If you put your train layout on plywood and everything up on a table what do you put between the track and the plywood for silencing the noise of the wheels ? Is there such a thing as sound board you use instead of plywood or do you use plywood and put a cork road bed under the tracks? Just some questions so if i put my train layout on a table i will kind of know what works best if anything works best? Thank you pete🚂


----------



## hobby-go-lucky (Dec 31, 2015)

A lot of people place rigid foam insulation board or indoor-outdoor carpet over the entire plywood tabletop. Others cut pieces to fit under the FasTrack ballast.


----------



## Lee Willis (Jan 1, 2014)

Oh my. Well, generally with any track, you put a foam-board or carpet or any of many things that "layer" easily across the benchtop. You will find all manner of opinions about what is best, but frankly many things work pretty much the same, but each is a bit different. You can use pink or green foam insulating panels, cork or rubber sheeting, outdoor or indoor carpet or carpet pads, or as I did, accoustic tile. All work well. All have different side effects or issues you have to deal with (acoustic tile is dusty, rubber can be hard to glue to and work with later, foam can be structurally weak at times, etc.). 

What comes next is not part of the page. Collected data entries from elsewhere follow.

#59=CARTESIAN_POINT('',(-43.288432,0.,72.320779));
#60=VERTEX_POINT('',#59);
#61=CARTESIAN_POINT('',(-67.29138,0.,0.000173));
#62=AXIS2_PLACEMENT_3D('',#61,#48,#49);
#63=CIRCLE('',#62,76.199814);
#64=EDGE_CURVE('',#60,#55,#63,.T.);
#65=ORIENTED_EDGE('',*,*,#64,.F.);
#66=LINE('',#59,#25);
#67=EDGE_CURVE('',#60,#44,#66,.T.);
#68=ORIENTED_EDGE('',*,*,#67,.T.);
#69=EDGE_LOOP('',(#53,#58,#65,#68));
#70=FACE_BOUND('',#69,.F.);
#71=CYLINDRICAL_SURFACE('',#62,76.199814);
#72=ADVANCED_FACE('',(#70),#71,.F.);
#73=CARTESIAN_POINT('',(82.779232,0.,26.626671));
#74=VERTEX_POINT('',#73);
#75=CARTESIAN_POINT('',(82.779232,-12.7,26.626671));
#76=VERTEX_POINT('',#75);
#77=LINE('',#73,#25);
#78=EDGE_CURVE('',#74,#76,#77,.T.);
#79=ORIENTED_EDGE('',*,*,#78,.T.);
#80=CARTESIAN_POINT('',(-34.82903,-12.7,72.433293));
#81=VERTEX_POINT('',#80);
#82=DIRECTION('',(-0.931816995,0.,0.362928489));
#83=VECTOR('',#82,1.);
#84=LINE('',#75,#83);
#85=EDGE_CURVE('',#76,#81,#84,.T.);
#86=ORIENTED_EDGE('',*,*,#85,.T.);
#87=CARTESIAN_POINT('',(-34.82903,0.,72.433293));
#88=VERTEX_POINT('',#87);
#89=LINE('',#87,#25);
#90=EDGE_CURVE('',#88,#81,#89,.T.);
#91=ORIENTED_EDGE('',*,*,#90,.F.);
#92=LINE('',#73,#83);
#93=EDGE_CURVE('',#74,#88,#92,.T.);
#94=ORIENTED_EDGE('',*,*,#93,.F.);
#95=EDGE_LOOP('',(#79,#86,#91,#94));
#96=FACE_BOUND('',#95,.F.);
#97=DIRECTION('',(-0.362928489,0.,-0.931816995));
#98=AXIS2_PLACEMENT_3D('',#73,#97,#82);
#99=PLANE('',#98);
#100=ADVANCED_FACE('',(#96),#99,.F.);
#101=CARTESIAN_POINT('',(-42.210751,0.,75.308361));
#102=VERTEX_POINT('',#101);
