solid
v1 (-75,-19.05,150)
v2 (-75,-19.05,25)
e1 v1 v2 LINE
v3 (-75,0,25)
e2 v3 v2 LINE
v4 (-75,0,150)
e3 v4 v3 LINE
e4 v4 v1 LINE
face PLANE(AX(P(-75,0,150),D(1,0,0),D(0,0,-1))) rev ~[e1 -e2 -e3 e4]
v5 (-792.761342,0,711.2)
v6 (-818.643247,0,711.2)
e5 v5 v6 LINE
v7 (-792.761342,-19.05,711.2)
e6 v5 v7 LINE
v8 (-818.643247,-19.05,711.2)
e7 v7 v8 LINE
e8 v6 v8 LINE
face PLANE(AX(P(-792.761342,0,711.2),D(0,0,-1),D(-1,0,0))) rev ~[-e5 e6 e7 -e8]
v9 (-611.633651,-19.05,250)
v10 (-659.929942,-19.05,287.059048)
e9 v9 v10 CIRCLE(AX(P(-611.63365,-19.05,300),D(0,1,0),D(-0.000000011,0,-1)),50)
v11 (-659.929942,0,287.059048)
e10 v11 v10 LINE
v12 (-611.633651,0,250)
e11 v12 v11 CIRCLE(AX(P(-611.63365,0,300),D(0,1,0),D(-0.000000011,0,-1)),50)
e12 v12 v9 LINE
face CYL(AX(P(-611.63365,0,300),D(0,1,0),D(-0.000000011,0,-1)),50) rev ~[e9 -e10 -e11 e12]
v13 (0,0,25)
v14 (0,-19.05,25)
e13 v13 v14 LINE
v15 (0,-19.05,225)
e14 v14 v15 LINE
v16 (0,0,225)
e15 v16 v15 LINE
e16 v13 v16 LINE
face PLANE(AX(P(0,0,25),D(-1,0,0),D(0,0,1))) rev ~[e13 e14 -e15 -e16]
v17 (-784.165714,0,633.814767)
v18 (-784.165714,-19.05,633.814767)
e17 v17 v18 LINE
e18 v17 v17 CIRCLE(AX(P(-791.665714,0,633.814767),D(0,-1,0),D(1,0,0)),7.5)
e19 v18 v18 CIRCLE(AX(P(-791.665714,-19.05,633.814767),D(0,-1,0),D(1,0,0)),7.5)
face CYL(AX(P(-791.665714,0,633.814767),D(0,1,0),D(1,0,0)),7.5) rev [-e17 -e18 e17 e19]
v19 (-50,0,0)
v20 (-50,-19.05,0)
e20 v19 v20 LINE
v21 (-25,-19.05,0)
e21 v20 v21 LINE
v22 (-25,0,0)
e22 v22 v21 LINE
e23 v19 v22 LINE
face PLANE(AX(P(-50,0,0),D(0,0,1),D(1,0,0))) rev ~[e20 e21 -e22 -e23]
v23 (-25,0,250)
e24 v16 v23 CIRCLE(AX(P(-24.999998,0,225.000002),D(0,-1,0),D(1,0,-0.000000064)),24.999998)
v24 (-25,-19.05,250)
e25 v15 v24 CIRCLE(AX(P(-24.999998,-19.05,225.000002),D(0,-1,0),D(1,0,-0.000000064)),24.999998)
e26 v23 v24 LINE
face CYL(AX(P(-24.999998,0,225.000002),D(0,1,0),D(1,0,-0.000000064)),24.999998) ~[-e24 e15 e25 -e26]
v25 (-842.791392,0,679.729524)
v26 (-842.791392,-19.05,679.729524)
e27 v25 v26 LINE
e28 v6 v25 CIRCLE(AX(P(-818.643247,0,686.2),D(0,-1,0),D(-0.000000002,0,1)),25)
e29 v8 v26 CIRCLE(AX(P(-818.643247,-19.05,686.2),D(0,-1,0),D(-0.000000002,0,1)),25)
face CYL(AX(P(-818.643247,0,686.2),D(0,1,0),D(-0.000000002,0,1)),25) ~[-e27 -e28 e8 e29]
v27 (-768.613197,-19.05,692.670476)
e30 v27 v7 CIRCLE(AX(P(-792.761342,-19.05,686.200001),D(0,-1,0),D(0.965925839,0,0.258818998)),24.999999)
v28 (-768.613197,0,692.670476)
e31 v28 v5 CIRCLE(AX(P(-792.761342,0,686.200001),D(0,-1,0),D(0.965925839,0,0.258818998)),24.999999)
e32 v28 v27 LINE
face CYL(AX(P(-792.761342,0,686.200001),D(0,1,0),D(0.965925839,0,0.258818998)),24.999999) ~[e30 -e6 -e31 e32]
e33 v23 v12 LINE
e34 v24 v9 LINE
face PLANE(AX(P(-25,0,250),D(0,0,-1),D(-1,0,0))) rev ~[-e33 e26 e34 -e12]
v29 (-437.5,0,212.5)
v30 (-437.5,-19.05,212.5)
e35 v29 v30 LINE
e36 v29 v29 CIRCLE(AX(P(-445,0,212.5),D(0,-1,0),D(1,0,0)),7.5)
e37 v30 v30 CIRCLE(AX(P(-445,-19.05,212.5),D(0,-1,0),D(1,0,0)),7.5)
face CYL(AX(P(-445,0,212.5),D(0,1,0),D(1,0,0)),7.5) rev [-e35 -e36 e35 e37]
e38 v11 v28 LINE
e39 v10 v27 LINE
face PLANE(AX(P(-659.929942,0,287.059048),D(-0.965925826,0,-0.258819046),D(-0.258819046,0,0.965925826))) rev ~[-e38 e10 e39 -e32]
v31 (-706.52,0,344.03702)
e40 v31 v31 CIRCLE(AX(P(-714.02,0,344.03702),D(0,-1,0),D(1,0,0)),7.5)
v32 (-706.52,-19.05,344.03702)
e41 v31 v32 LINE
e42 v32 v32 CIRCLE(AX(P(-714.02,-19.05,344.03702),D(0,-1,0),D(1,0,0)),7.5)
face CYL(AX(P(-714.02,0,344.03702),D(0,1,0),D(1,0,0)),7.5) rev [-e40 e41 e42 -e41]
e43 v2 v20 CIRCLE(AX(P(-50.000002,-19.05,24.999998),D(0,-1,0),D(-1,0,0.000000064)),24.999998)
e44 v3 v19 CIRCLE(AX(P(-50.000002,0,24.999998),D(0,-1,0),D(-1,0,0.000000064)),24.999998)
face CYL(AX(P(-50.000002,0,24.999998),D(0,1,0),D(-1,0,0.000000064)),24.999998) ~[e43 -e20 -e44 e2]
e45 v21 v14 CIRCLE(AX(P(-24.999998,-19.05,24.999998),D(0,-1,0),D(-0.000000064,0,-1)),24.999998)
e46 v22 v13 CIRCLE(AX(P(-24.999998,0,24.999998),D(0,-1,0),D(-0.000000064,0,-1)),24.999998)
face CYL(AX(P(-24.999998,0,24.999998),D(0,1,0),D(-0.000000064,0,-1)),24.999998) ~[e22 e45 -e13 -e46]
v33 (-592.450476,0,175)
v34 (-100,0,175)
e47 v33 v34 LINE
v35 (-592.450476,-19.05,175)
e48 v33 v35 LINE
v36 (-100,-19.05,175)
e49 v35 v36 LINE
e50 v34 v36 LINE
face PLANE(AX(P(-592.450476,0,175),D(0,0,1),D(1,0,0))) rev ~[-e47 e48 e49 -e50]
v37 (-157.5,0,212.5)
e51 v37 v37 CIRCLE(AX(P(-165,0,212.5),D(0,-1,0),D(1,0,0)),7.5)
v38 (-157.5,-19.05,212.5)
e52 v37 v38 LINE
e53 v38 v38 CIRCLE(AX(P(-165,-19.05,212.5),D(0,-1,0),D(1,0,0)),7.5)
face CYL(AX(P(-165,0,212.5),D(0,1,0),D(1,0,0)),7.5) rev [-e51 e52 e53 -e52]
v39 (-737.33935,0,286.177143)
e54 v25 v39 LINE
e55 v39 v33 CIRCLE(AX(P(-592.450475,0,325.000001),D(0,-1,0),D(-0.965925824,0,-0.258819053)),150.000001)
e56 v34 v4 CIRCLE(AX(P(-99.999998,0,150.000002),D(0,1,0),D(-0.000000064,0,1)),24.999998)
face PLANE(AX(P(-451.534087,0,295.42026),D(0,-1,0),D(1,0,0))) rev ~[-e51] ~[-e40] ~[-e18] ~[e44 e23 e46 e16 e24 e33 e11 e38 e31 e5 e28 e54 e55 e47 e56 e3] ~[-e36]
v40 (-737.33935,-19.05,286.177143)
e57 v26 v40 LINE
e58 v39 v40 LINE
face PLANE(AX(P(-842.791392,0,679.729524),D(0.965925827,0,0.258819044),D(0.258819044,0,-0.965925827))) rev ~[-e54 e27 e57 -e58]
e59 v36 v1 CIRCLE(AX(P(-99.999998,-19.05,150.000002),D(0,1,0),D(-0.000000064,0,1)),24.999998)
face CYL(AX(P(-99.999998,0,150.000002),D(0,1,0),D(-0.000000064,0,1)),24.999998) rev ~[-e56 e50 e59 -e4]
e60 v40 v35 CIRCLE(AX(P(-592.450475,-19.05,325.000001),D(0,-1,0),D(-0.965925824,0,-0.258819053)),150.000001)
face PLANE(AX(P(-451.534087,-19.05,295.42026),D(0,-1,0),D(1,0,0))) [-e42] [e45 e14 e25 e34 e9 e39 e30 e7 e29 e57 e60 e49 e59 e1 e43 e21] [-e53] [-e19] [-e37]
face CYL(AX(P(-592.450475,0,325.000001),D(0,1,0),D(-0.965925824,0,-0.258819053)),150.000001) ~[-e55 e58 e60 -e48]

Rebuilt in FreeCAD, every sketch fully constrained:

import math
import FreeCAD as App
import Part
import Sketcher
from FreeCAD import Vector
Q = App.Units.Quantity

doc = App.newDocument("Part")
body = doc.addObject("PartDesign::Body", "Body")

# Sketch on XZ plane
sketch1 = body.newObject("Sketcher::SketchObject", "Sketch")
sketch1.AttachmentSupport = (doc.getObject("XZ_Plane"), [""])
sketch1.MapMode = "FlatFace"
sketch1.addGeometry([
    Part.ArcOfCircle(Part.Circle(Vector(-24.999998, 24.999998, 0), Vector(0, 0, 1), 24.999998), math.radians(-90.000004), math.radians(0.000004)),  # 0
    Part.LineSegment(Vector(0, 25, 0), Vector(0, 225, 0)),  # 1
    Part.ArcOfCircle(Part.Circle(Vector(-24.999998, 225.000002, 0), Vector(0, 0, 1), 24.999998), math.radians(-0.000004), math.radians(90.000004)),  # 2
    Part.LineSegment(Vector(-25, 250, 0), Vector(-611.633651, 250, 0)),  # 3
    Part.ArcOfCircle(Part.Circle(Vector(-611.63365, 300, 0), Vector(0, 0, 1), 50), math.radians(-165), math.radians(-90.000001)),  # 4
    Part.LineSegment(Vector(-659.929942, 287.059048, 0), Vector(-768.613197, 692.670476, 0)),  # 5
    Part.ArcOfCircle(Part.Circle(Vector(-792.761342, 686.200001, 0), Vector(0, 0, 1), 24.999999), math.radians(14.999997), math.radians(90.000001)),  # 6
    Part.LineSegment(Vector(-792.761342, 711.2, 0), Vector(-818.643247, 711.2, 0)),  # 7
    Part.ArcOfCircle(Part.Circle(Vector(-818.643247, 686.2, 0), Vector(0, 0, 1), 25), math.radians(90), math.radians(195.000001)),  # 8
    Part.LineSegment(Vector(-842.791392, 679.729524, 0), Vector(-737.33935, 286.177143, 0)),  # 9
    Part.ArcOfCircle(Part.Circle(Vector(-592.450475, 325.000001, 0), Vector(0, 0, 1), 150.000001), math.radians(-165), math.radians(-90)),  # 10
    Part.LineSegment(Vector(-592.450476, 175, 0), Vector(-100, 175, 0)),  # 11
    Part.ArcOfCircle(Part.Circle(Vector(-99.999998, 150.000002, 0), Vector(0, 0, 1), 24.999998), math.radians(-0.000004), math.radians(90.000004)),  # 12
    Part.LineSegment(Vector(-75, 150, 0), Vector(-75, 25, 0)),  # 13
    Part.ArcOfCircle(Part.Circle(Vector(-50.000002, 24.999998, 0), Vector(0, 0, 1), 24.999998), math.radians(179.999996), math.radians(270.000004)),  # 14
    Part.LineSegment(Vector(-50, 0, 0), Vector(-25, 0, 0)),  # 15
    Part.Circle(Vector(-714.02, 344.03702, 0), Vector(0, 0, 1), 7.5),  # 16
    Part.Circle(Vector(-445, 212.5, 0), Vector(0, 0, 1), 7.5),  # 17
    Part.Circle(Vector(-165, 212.5, 0), Vector(0, 0, 1), 7.5),  # 18
    Part.Circle(Vector(-791.665714, 633.814767, 0), Vector(0, 0, 1), 7.5),  # 19
], False)
sketch1.addConstraint([
    Sketcher.Constraint("Tangent", 0, 2, 1, 1),
    Sketcher.Constraint("Tangent", 1, 2, 2, 1),
    Sketcher.Constraint("Tangent", 2, 2, 3, 1),
    Sketcher.Constraint("Tangent", 3, 2, 4, 2),
    Sketcher.Constraint("Tangent", 4, 1, 5, 1),
    Sketcher.Constraint("Tangent", 5, 2, 6, 1),
    Sketcher.Constraint("Tangent", 6, 2, 7, 1),
    Sketcher.Constraint("Tangent", 7, 2, 8, 1),
    Sketcher.Constraint("Tangent", 8, 2, 9, 1),
    Sketcher.Constraint("Tangent", 9, 2, 10, 1),
    Sketcher.Constraint("Tangent", 10, 2, 11, 1),
    Sketcher.Constraint("Tangent", 11, 2, 12, 2),
    Sketcher.Constraint("Tangent", 12, 1, 13, 1),
    Sketcher.Constraint("Tangent", 13, 2, 14, 1),
    Sketcher.Constraint("Tangent", 14, 2, 15, 1),
    Sketcher.Constraint("Tangent", 15, 2, 0, 1),
    Sketcher.Constraint("Vertical", 1),
    Sketcher.Constraint("Horizontal", 3),
    Sketcher.Constraint("Horizontal", 7),
    Sketcher.Constraint("Horizontal", 11),
    Sketcher.Constraint("Vertical", 13),
    Sketcher.Constraint("Horizontal", 15),
    Sketcher.Constraint("Equal", 0, 2),
    Sketcher.Constraint("Equal", 2, 6),
    Sketcher.Constraint("Equal", 6, 8),
    Sketcher.Constraint("Equal", 8, 12),
    Sketcher.Constraint("Equal", 12, 14),
    Sketcher.Constraint("Equal", 16, 17),
    Sketcher.Constraint("Equal", 17, 18),
    Sketcher.Constraint("Equal", 18, 19),
    Sketcher.Constraint("PointOnObject", 0, 2, -2),
    Sketcher.Constraint("PointOnObject", 14, 2, -1),
    Sketcher.Constraint("Parallel", 5, 9),
    Sketcher.Constraint("Horizontal", 17, 3, 18, 3),
    Sketcher.Constraint("Diameter", 16, Q("15 mm")),
    Sketcher.Constraint("Radius", 0, Q("24.999998 mm")),
    Sketcher.Constraint("Radius", 4, Q("50 mm")),
    Sketcher.Constraint("Radius", 10, Q("150.000001 mm")),
    Sketcher.Constraint("DistanceX", 15, 1, 15, 2, Q("25 mm")),
    Sketcher.Constraint("DistanceY", 1, 1, 1, 2, Q("200 mm")),
    Sketcher.Constraint("DistanceY", 13, 2, 13, 1, Q("125 mm")),
    Sketcher.Constraint("Angle", 5, Q("105 deg")),
    Sketcher.Constraint("DistanceX", 17, 3, -1, 1, Q("445 mm")),
    Sketcher.Constraint("DistanceX", 18, 3, -1, 1, Q("165 mm")),
    Sketcher.Constraint("DistanceY", -1, 1, 6, 3, Q("686.200001 mm")),
    Sketcher.Constraint("DistanceY", -1, 1, 17, 3, Q("212.5 mm")),
    Sketcher.Constraint("DistanceX", 16, 3, -1, 1, Q("714.02 mm")),
    Sketcher.Constraint("DistanceX", 3, 2, 3, 1, Q("586.633651 mm")),
    Sketcher.Constraint("DistanceX", 9, 2, 4, 3, Q("125.7057 mm")),
    Sketcher.Constraint("DistanceY", -1, 1, 16, 3, Q("344.03702 mm")),
    Sketcher.Constraint("DistanceX", 19, 3, 10, 3, Q("199.215239 mm")),
    Sketcher.Constraint("DistanceY", 19, 3, 5, 2, Q("58.855709 mm")),
])
pad1 = body.newObject("PartDesign::Pad", "Pad")
pad1.Profile = sketch1
pad1.Length = 19.05

doc.recompute()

Fastrack is good track, but I think it is the nosiest toy track track ever made: as if someone tried to make a noisiest, difficult to silence track. To begin, it has tinplate rails - they are good, but they are hollow inside. This causes a type of white noise as train wheels roll across them, different from the noise created on solid track (Atlas, etc.). But unlike on traditional O-27 or O-gauge tinplate track, with Fastrack that noise is often amplified or reverberrated by the plastic roadbed underneath, which acts somewhat like the body of a violin to intensify the sound. 

Once upon a time, I had 300 feet of it and my trainroom was quite a bit too noisy. There are a lot of steps you can take to quiet Fastrack, including putting a half to an inch of foamboard down first, etc., but it will always have a bit (or alot) more white noise in the background than other track. At least that's i my experience. 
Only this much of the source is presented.